- **EXERCISE DATA**
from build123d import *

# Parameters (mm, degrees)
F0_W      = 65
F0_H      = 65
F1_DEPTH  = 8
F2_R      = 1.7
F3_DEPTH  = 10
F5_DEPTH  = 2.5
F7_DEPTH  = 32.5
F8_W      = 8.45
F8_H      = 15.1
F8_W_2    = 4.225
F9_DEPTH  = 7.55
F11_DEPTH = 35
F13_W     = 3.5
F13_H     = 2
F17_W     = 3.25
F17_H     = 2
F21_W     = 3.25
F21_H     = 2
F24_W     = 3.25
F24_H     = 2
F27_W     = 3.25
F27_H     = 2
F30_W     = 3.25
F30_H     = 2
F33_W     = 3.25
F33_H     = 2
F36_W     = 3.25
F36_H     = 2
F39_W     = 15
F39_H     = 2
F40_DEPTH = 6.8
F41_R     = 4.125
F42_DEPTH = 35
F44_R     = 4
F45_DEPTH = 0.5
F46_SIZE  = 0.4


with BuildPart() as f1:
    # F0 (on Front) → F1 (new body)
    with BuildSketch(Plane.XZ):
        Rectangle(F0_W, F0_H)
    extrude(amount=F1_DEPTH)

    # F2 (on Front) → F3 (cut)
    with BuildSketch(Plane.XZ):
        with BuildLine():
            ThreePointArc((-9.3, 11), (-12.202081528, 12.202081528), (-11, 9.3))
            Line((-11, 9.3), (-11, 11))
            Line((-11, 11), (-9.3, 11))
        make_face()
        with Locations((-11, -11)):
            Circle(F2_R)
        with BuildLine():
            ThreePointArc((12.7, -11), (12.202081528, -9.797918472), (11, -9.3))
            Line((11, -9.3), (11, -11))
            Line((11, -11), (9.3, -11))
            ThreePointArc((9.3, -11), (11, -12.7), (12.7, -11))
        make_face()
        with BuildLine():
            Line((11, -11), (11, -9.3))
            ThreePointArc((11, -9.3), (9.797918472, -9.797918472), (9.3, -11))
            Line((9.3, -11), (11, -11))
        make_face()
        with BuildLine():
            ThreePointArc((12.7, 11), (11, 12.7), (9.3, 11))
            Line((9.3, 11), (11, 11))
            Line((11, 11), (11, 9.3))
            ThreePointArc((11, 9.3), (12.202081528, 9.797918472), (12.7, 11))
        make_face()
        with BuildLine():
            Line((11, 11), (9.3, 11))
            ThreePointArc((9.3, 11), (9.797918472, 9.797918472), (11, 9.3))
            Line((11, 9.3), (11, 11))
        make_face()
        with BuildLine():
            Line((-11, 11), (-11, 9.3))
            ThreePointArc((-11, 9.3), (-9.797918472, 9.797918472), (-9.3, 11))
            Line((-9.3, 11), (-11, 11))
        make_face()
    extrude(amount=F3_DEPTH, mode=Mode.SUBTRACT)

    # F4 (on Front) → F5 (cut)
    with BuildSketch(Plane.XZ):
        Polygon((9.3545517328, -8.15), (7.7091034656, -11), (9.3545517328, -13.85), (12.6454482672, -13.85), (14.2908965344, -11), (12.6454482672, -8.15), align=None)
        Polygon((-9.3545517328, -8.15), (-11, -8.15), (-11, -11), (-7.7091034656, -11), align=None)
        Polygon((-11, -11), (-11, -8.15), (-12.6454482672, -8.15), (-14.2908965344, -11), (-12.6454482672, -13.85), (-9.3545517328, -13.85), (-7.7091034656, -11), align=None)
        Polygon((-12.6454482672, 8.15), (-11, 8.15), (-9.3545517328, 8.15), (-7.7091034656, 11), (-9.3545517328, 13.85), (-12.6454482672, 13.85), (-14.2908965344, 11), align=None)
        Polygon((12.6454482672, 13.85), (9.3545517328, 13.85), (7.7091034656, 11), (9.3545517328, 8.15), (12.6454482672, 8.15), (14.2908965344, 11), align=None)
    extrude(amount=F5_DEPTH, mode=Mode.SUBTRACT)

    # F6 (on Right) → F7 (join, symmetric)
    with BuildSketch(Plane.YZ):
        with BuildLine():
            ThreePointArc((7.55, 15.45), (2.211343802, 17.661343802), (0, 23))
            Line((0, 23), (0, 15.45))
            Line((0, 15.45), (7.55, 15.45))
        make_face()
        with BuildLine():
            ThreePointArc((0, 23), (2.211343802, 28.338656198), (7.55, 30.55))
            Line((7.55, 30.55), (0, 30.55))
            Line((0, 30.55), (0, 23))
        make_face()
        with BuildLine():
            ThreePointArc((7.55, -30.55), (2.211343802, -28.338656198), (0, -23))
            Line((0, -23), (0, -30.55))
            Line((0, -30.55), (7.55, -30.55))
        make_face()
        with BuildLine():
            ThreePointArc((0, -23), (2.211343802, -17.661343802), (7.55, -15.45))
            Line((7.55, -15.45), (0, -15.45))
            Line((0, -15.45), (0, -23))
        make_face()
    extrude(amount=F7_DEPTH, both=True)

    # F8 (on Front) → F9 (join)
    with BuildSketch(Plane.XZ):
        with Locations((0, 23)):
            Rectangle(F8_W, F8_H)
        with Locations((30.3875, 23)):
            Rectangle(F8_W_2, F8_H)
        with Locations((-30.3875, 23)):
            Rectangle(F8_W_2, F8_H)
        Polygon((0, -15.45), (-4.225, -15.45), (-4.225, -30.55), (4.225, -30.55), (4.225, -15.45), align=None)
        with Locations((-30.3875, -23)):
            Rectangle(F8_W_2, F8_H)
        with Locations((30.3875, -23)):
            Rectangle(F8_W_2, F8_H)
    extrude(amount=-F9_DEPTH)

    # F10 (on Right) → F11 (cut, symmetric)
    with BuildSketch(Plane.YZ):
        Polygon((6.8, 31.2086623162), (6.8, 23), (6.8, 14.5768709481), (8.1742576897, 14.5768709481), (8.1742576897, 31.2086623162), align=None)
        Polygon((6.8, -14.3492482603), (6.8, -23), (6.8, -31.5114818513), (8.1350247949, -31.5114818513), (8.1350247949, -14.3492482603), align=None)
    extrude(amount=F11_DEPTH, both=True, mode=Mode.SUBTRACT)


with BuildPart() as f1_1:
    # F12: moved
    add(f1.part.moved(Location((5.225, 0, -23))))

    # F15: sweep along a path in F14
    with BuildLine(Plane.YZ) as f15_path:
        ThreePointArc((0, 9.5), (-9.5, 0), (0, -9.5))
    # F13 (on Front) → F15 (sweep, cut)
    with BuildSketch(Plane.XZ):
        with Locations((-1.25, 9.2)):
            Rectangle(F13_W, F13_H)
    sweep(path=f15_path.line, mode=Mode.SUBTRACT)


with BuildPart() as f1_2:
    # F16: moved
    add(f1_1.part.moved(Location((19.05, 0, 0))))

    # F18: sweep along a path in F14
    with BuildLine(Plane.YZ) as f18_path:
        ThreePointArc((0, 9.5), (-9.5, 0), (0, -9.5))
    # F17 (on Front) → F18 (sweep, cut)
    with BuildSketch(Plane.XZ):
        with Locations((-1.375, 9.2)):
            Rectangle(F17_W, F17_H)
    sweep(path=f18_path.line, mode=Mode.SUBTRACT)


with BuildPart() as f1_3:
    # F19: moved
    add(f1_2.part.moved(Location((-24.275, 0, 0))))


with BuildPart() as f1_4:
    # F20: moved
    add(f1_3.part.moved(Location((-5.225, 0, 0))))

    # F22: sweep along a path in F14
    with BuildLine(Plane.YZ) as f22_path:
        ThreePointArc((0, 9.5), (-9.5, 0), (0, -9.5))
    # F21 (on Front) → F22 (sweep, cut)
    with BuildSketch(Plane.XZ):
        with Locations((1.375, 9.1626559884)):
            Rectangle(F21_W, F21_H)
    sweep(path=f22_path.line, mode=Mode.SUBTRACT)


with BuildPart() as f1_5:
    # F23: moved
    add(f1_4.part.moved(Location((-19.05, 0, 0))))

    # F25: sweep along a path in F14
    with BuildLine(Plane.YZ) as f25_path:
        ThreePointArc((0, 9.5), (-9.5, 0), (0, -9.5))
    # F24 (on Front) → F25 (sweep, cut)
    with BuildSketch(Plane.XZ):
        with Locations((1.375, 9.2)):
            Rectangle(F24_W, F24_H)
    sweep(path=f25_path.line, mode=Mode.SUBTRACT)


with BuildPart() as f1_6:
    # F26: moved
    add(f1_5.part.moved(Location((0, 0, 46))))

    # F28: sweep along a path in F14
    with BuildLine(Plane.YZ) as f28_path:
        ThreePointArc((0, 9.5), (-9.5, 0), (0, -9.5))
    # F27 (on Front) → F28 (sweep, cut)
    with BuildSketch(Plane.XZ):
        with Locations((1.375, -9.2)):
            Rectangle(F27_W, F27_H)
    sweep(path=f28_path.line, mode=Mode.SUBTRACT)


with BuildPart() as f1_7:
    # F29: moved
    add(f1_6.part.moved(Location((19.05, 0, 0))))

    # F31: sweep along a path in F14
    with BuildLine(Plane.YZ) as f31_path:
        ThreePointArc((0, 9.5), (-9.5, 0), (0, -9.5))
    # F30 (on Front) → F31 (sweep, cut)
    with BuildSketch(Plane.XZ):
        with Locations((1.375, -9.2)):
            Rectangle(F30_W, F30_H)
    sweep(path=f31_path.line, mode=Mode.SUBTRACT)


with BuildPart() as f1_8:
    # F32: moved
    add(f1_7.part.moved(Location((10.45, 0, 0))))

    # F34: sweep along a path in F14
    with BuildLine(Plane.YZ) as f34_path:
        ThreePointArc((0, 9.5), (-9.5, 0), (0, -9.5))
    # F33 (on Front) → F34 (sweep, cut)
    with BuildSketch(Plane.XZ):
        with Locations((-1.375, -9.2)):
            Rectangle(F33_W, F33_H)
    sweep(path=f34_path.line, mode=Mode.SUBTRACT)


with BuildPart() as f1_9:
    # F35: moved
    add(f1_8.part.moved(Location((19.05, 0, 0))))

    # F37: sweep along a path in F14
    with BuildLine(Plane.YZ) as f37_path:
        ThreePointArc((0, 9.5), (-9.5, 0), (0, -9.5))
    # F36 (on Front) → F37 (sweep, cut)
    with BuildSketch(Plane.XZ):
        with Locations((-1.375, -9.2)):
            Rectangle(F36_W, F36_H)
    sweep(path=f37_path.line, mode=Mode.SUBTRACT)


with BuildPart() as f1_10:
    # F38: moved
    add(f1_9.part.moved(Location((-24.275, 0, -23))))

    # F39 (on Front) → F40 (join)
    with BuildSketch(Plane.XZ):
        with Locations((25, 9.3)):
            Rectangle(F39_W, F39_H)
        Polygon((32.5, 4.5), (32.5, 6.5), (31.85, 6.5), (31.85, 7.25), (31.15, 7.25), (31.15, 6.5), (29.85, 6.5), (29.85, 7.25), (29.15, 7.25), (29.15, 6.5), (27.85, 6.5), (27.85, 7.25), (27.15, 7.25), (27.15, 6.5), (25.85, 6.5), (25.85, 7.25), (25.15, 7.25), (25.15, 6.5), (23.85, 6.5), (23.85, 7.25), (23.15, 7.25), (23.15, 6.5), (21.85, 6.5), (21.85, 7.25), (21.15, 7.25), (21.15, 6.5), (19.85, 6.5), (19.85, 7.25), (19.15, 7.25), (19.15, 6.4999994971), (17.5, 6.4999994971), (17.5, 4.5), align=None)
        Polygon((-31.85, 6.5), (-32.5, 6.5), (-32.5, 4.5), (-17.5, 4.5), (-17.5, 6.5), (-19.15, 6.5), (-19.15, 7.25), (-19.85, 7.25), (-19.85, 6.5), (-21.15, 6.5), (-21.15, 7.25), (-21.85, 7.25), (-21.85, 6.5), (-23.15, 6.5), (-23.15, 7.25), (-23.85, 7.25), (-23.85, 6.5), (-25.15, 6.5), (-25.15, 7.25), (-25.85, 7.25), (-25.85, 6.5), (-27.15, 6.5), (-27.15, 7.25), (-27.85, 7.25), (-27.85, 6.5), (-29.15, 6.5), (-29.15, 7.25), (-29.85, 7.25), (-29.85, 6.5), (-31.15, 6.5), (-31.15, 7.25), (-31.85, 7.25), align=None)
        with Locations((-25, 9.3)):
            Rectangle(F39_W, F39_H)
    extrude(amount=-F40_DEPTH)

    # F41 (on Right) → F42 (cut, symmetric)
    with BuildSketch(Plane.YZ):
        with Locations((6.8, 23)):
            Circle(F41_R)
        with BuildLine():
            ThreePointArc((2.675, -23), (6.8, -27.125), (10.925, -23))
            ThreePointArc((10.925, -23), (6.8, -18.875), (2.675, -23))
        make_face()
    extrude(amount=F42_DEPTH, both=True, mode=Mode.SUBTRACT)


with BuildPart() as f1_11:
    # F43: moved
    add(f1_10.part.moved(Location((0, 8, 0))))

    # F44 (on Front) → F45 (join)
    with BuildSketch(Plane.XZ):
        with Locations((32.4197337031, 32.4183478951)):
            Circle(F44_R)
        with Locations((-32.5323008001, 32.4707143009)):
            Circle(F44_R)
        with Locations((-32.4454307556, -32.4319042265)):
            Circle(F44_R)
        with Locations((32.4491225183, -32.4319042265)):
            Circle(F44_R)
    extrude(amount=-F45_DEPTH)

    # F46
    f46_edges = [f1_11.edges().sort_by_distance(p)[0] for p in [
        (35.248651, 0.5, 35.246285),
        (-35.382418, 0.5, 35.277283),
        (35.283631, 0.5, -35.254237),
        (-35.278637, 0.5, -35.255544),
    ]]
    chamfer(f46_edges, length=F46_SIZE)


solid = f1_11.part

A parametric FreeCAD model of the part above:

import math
import FreeCAD as App
import Part
import Sketcher

V = App.Vector
Q = App.Units.Quantity


def edges_at(feature, points):
    """Names of the edges that pass closest to the given points."""
    edges = feature.Shape.Edges
    near = lambda p: min(range(len(edges)), key=lambda i: edges[i].distToShape(Part.Vertex(*p))[0])
    return sorted({f"Edge{near(p) + 1}" for p in points})


def add_polygon(sketch, points):
    """Adds a closed chain of lines whose ends are joined by coincident constraints."""
    first, n = sketch.GeometryCount, len(points)
    for a, b in zip(points, points[1:] + points[:1]):
        sketch.addGeometry(Part.LineSegment(App.Vector(*a, 0), App.Vector(*b, 0)), False)
    for i in range(n):
        sketch.addConstraint(Sketcher.Constraint("Coincident", first + i, 2, first + (i + 1) % n, 1))

doc = App.newDocument("Part")
body = doc.addObject("PartDesign::Body", "Body")

sketch1 = body.newObject("Sketcher::SketchObject", "Sketch")
sketch1.AttachmentSupport = (doc.getObject("XZ_Plane"), [""])
sketch1.MapMode = "FlatFace"
add_polygon(sketch1, [(-32, 32), (-32, -32), (32, -32), (32, 32)])
sketch1.addConstraint([
    Sketcher.Constraint("Vertical", 0),
    Sketcher.Constraint("Horizontal", 1),
    Sketcher.Constraint("Vertical", 2),
    Sketcher.Constraint("Horizontal", 3),
    Sketcher.Constraint("Symmetric", 0, 2, 2, 2, -1, 1),
    Sketcher.Constraint("Equal", 3, 0),
    Sketcher.Constraint("DistanceX", 1, 1, 1, 2, Q("65 mm")),
])
pad1 = body.newObject("PartDesign::Pad", "Pad")
pad1.Profile = sketch1
pad1.Length = 8

sketch2 = body.newObject("Sketcher::SketchObject", "Sketch001")
sketch2.AttachmentSupport = (doc.getObject("XZ_Plane"), [""])
sketch2.MapMode = "FlatFace"
sketch2.addGeometry([
    Part.ArcOfCircle(Part.Circle(V(-11, 11, 0), V(0, 0, 1), 1.7), math.radians(0), math.radians(270)),
    Part.ArcOfCircle(Part.Circle(V(-11, 11, 0), V(0, 0, 1), 1.7), math.radians(-90), math.radians(0)),
    Part.Circle(V(-11, -11, 0), V(0, 0, 1), 1.7),
    Part.ArcOfCircle(Part.Circle(V(11, -11, 0), V(0, 0, 1), 1.7), math.radians(0), math.radians(90)),
    Part.ArcOfCircle(Part.Circle(V(11, -11, 0), V(0, 0, 1), 1.7), math.radians(90), math.radians(180)),
    Part.ArcOfCircle(Part.Circle(V(11, -11, 0), V(0, 0, 1), 1.7), math.radians(180), math.radians(360)),
    Part.ArcOfCircle(Part.Circle(V(11, 11, 0), V(0, 0, 1), 1.7), math.radians(0), math.radians(180)),
    Part.ArcOfCircle(Part.Circle(V(11, 11, 0), V(0, 0, 1), 1.7), math.radians(180), math.radians(270)),
    Part.ArcOfCircle(Part.Circle(V(11, 11, 0), V(0, 0, 1), 1.7), math.radians(-90), math.radians(0)),
], False)
sketch2.addConstraint([
    Sketcher.Constraint("Tangent", 0, 1, 1, 2),
    Sketcher.Constraint("Coincident", 1, 1, 0, 2),
    Sketcher.Constraint("Tangent", 3, 2, 4, 1),
    Sketcher.Constraint("Tangent", 4, 2, 5, 1),
    Sketcher.Constraint("Tangent", 5, 2, 3, 1),
    Sketcher.Constraint("Tangent", 6, 2, 7, 1),
    Sketcher.Constraint("Tangent", 7, 2, 8, 1),
    Sketcher.Constraint("Tangent", 8, 2, 6, 1),
    Sketcher.Constraint("Equal", 1, 2),
    Sketcher.Constraint("Equal", 2, 3),
    Sketcher.Constraint("Equal", 5, 6),
    Sketcher.Constraint("Symmetric", 0, 3, 3, 3, -1, 1),
    Sketcher.Constraint("Symmetric", 2, 3, 6, 3, -1, 1),
    Sketcher.Constraint("Symmetric", 2, 3, 3, 3, -2),
    Sketcher.Constraint("Horizontal", 8, 3, 0, 1),
    Sketcher.Constraint("Horizontal", 5, 3, 4, 2),
    Sketcher.Constraint("Horizontal", 4, 2, 5, 2),
    Sketcher.Constraint("Horizontal", 0, 1, 6, 2),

- **WORK INSTRUCTIONS**
Only a number is wanted here: the count of lines in the listing above holding the string "SUBTRACT".

- **TASK RESULT**
12